What evolved first? Investigation into Genesis 1 or Darwin?

The first chapter of B'reshit, or Genesis, wri...

Image via Wikipedia

Ken Ham and others who are leading the liberal Creationist agenda would have us believe that over the last 150 years, Christians have compromised the ‘bible’ (what is this singular Greek book of which they speak?) because of Darwin. Anyone with any sorta of historical integrity could debunk that radical, liberal, notion that Darwin can first and that suddenly Christians everywhere were shaken in their foundation of the truth. The radical liberals, such as Answers in Genesis, would have us “take back our religion” from Darwin and return to a “literal reading of Scripture.” The problem is, is that in their liberality, they have turned from the Truth. David Carr shows that an early version of source-criticism actually appeared long before Darwin. Of course, if one has read the Language of Science and Faith they would note that before Darwin, Christians were questioning the sometimes usual interpretation of 6,000 years old. Of course, Hebrew scholars, and other ANE scholars, have noted that Genesis 1 and Genesis 2-3 are different in basic sources, and that the language of those chapters do not reflect a scientific meaning.

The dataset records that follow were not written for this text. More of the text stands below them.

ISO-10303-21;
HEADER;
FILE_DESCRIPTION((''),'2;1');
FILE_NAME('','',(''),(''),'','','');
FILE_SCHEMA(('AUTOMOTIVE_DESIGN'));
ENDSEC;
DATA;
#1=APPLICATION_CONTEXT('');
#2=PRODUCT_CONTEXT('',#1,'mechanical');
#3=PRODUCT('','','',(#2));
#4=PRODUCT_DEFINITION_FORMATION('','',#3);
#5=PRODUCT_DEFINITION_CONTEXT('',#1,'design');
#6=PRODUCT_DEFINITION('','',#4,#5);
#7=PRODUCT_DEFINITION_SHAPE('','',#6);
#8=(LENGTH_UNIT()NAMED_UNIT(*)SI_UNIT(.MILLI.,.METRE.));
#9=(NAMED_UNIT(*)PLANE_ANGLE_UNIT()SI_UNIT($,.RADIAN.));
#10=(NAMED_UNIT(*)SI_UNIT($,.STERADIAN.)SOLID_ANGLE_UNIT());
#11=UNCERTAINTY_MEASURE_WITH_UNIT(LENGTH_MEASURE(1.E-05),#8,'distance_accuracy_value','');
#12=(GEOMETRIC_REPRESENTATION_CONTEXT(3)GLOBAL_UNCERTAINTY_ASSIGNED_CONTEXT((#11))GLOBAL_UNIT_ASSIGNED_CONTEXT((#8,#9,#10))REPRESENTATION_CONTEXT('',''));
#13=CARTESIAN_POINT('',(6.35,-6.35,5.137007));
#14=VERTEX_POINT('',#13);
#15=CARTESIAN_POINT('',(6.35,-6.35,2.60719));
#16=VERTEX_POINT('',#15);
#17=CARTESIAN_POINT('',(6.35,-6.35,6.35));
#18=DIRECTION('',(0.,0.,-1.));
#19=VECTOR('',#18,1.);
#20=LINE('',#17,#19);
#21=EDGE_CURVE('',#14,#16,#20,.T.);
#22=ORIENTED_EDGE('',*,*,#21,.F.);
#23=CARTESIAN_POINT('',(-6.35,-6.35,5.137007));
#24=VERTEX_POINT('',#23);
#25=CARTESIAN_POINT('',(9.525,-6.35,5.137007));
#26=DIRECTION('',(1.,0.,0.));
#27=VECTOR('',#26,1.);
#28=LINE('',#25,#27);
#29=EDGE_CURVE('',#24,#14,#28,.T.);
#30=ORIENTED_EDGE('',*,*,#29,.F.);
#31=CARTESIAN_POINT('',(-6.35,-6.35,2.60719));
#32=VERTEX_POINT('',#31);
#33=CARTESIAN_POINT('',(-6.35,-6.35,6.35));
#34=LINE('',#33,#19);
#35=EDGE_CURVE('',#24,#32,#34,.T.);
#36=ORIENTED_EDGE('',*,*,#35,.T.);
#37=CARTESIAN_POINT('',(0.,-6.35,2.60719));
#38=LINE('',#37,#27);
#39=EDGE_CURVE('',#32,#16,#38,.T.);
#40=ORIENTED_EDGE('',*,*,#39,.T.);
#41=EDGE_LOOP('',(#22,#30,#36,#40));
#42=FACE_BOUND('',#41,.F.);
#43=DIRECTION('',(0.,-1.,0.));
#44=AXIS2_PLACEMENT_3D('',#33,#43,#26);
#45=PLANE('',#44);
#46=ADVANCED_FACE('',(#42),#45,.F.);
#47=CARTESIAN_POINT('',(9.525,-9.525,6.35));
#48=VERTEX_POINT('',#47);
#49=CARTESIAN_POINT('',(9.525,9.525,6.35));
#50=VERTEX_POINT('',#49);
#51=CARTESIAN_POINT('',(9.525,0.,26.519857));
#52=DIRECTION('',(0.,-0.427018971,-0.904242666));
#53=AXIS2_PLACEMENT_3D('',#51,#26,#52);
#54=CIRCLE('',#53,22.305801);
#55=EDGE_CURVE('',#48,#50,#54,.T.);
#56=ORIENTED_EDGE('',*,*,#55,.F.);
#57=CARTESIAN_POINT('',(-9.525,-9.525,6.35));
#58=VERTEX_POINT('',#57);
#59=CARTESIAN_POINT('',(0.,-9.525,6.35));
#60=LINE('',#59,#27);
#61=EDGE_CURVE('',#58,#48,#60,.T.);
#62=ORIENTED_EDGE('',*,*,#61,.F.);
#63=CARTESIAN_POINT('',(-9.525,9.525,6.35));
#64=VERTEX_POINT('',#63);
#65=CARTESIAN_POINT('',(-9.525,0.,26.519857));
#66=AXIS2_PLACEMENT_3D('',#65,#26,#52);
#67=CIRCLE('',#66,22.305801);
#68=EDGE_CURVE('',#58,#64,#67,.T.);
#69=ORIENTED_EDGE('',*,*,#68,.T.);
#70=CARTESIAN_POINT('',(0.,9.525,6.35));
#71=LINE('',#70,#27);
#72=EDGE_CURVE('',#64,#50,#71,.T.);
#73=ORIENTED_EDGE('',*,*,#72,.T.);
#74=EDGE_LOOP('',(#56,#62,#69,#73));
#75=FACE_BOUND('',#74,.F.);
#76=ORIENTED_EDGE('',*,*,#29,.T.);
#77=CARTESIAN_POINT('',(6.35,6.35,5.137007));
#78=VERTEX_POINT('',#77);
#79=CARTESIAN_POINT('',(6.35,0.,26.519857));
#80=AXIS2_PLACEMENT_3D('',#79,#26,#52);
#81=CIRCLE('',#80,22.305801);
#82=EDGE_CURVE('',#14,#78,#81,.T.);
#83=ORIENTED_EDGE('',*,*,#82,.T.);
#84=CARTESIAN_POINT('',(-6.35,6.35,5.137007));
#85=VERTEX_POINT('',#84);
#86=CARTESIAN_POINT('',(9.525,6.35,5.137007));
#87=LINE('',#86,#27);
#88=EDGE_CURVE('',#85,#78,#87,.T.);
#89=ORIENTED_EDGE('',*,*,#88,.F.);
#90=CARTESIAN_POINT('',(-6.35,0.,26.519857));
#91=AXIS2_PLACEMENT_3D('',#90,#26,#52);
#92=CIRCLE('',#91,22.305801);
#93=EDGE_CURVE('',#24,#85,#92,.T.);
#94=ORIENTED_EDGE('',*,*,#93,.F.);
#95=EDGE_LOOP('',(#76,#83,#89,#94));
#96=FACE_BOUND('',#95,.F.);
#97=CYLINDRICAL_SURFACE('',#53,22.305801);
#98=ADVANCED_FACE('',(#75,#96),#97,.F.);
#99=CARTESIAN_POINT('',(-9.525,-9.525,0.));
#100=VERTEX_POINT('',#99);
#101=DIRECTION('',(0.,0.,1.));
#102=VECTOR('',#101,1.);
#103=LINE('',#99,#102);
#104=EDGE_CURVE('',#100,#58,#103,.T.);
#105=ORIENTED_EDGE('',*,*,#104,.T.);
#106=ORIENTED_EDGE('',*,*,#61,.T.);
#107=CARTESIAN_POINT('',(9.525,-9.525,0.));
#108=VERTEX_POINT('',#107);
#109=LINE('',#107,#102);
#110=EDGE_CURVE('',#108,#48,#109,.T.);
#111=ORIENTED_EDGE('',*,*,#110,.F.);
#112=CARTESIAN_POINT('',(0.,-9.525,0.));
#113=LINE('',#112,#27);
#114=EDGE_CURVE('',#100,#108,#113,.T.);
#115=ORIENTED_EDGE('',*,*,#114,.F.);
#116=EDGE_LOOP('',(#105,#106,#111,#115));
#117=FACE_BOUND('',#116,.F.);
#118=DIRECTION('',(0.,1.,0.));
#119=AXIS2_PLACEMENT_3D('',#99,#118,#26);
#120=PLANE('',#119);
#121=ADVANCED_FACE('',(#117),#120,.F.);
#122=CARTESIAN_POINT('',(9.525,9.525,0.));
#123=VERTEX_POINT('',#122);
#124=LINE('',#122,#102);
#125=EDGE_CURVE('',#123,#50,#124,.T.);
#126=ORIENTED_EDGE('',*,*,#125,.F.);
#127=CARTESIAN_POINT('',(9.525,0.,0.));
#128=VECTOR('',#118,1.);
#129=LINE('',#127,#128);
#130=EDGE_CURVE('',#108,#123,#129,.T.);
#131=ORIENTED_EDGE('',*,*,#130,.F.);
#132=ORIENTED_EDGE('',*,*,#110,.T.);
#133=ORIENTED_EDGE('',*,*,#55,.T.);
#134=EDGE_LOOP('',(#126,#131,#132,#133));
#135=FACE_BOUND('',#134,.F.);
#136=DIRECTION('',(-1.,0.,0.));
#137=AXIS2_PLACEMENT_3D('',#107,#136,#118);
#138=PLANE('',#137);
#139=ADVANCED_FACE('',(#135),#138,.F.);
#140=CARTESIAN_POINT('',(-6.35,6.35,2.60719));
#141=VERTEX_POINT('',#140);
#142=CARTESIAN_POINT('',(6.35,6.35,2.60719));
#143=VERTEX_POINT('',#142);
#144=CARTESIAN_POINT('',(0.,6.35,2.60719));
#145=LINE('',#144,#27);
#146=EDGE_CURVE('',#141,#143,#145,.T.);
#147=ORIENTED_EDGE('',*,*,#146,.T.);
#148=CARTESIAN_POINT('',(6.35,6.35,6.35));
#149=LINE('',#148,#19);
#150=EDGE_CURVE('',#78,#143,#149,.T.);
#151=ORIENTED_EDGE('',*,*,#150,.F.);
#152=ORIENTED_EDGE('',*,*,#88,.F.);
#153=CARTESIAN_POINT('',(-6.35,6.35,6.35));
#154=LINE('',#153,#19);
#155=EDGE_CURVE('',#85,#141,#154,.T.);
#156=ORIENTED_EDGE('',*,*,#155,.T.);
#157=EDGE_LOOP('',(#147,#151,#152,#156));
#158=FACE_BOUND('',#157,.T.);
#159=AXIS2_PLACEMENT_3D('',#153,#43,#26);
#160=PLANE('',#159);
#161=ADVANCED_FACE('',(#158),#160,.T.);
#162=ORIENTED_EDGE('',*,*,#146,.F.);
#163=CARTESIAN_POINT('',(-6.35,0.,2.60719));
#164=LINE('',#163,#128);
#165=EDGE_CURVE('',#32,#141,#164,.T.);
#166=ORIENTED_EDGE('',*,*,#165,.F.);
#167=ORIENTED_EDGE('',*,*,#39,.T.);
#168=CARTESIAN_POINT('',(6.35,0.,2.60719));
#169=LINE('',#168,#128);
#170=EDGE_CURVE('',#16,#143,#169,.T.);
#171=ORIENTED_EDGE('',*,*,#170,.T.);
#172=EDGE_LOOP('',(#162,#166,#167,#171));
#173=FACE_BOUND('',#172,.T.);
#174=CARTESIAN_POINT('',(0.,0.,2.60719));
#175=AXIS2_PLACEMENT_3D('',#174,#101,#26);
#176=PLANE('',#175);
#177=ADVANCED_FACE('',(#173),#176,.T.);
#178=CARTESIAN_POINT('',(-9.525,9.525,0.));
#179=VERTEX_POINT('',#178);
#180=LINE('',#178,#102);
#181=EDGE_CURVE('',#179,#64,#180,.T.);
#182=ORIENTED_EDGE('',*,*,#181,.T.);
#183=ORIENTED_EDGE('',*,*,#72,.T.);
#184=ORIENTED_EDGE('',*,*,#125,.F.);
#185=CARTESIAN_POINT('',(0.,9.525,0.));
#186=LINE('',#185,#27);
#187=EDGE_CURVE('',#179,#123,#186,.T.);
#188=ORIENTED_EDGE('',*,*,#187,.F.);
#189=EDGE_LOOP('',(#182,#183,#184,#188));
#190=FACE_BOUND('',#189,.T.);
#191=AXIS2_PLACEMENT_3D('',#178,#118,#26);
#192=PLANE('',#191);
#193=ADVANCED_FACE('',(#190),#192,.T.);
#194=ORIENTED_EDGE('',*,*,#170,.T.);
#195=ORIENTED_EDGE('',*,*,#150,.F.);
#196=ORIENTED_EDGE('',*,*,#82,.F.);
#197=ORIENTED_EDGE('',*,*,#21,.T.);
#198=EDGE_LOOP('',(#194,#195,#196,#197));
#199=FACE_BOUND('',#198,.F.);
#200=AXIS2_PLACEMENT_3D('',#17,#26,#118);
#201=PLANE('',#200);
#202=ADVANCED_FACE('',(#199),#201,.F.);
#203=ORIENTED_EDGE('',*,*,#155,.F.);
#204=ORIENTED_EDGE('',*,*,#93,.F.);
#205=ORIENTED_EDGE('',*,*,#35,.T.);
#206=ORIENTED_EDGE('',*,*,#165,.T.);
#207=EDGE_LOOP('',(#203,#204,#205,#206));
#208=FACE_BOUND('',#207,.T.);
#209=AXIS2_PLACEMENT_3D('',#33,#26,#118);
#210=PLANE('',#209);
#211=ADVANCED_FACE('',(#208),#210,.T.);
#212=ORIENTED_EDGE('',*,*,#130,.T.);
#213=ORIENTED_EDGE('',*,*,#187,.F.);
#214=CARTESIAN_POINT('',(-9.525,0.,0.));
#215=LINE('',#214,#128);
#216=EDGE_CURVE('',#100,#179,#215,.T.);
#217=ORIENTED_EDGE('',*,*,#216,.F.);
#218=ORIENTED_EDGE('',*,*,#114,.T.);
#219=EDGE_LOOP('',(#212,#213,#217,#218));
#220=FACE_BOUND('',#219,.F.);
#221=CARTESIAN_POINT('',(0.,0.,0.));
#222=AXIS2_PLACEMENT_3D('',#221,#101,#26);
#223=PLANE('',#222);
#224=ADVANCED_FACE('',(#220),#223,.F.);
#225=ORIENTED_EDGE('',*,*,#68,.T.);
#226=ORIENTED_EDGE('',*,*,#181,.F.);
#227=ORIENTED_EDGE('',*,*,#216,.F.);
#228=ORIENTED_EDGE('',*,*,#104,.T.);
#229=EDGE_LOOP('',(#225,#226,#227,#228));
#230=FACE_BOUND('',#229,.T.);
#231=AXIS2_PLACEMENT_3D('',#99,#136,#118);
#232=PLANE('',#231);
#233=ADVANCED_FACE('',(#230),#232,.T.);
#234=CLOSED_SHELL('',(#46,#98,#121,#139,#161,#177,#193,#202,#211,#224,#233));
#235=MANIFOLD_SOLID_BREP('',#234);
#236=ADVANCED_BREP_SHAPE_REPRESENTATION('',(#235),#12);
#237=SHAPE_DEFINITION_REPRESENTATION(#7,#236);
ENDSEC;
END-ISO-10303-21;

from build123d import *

# Parameters (mm, degrees)
F0_W     = 19.05
F0_H     = 19.05
F1_DEPTH = 6.35
F2_W     = 12.7
F2_H     = 12.7
F3_DEPTH = 3.74281
F5_DEPTH = 25.4


with BuildPart() as f1:
    # F0 (on Top) → F1 (new body)
    with BuildSketch(Plane.XY):
        Rectangle(F0_W, F0_H)
    extrude(amount=F1_DEPTH)

    # F2 (on face) → F3 (cut)
    with BuildSketch(Plane.XY.offset(6.35)):
        Rectangle(F2_W, F2_H)
    extrude(amount=-F3_DEPTH, mode=Mode.SUBTRACT)

    # F4 (on face) → F5 (cut)
    with BuildSketch(Plane.YZ.offset(9.525)):
        with BuildLine():
            Line((9.525, 6.35), (-9.525, 6.35))
            ThreePointArc((-9.525, 6.35), (0, 4.214056), (9.525, 6.35))
        make_face()
    extrude(amount=-F5_DEPTH, mode=Mode.SUBTRACT)


solid = f1.part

The year 2011 marks the 300th year after the publication of Henning Bernard Witter’s path-breaking discovery of criteria for uncovering a specific source behind the biblical book of Genesis. In 1711, this well-educated pastor in Germany published “Jura Israelitarum in Palaestinam Commentatione in Genesin perpetua” (Israelite laws in Palestine, comments on the eternal Genesis…), where he noted several important differences between the seven-day creation account in Genesis 1:1-2:3 and the story of the garden of Eden in Genesis 2:4-3:24.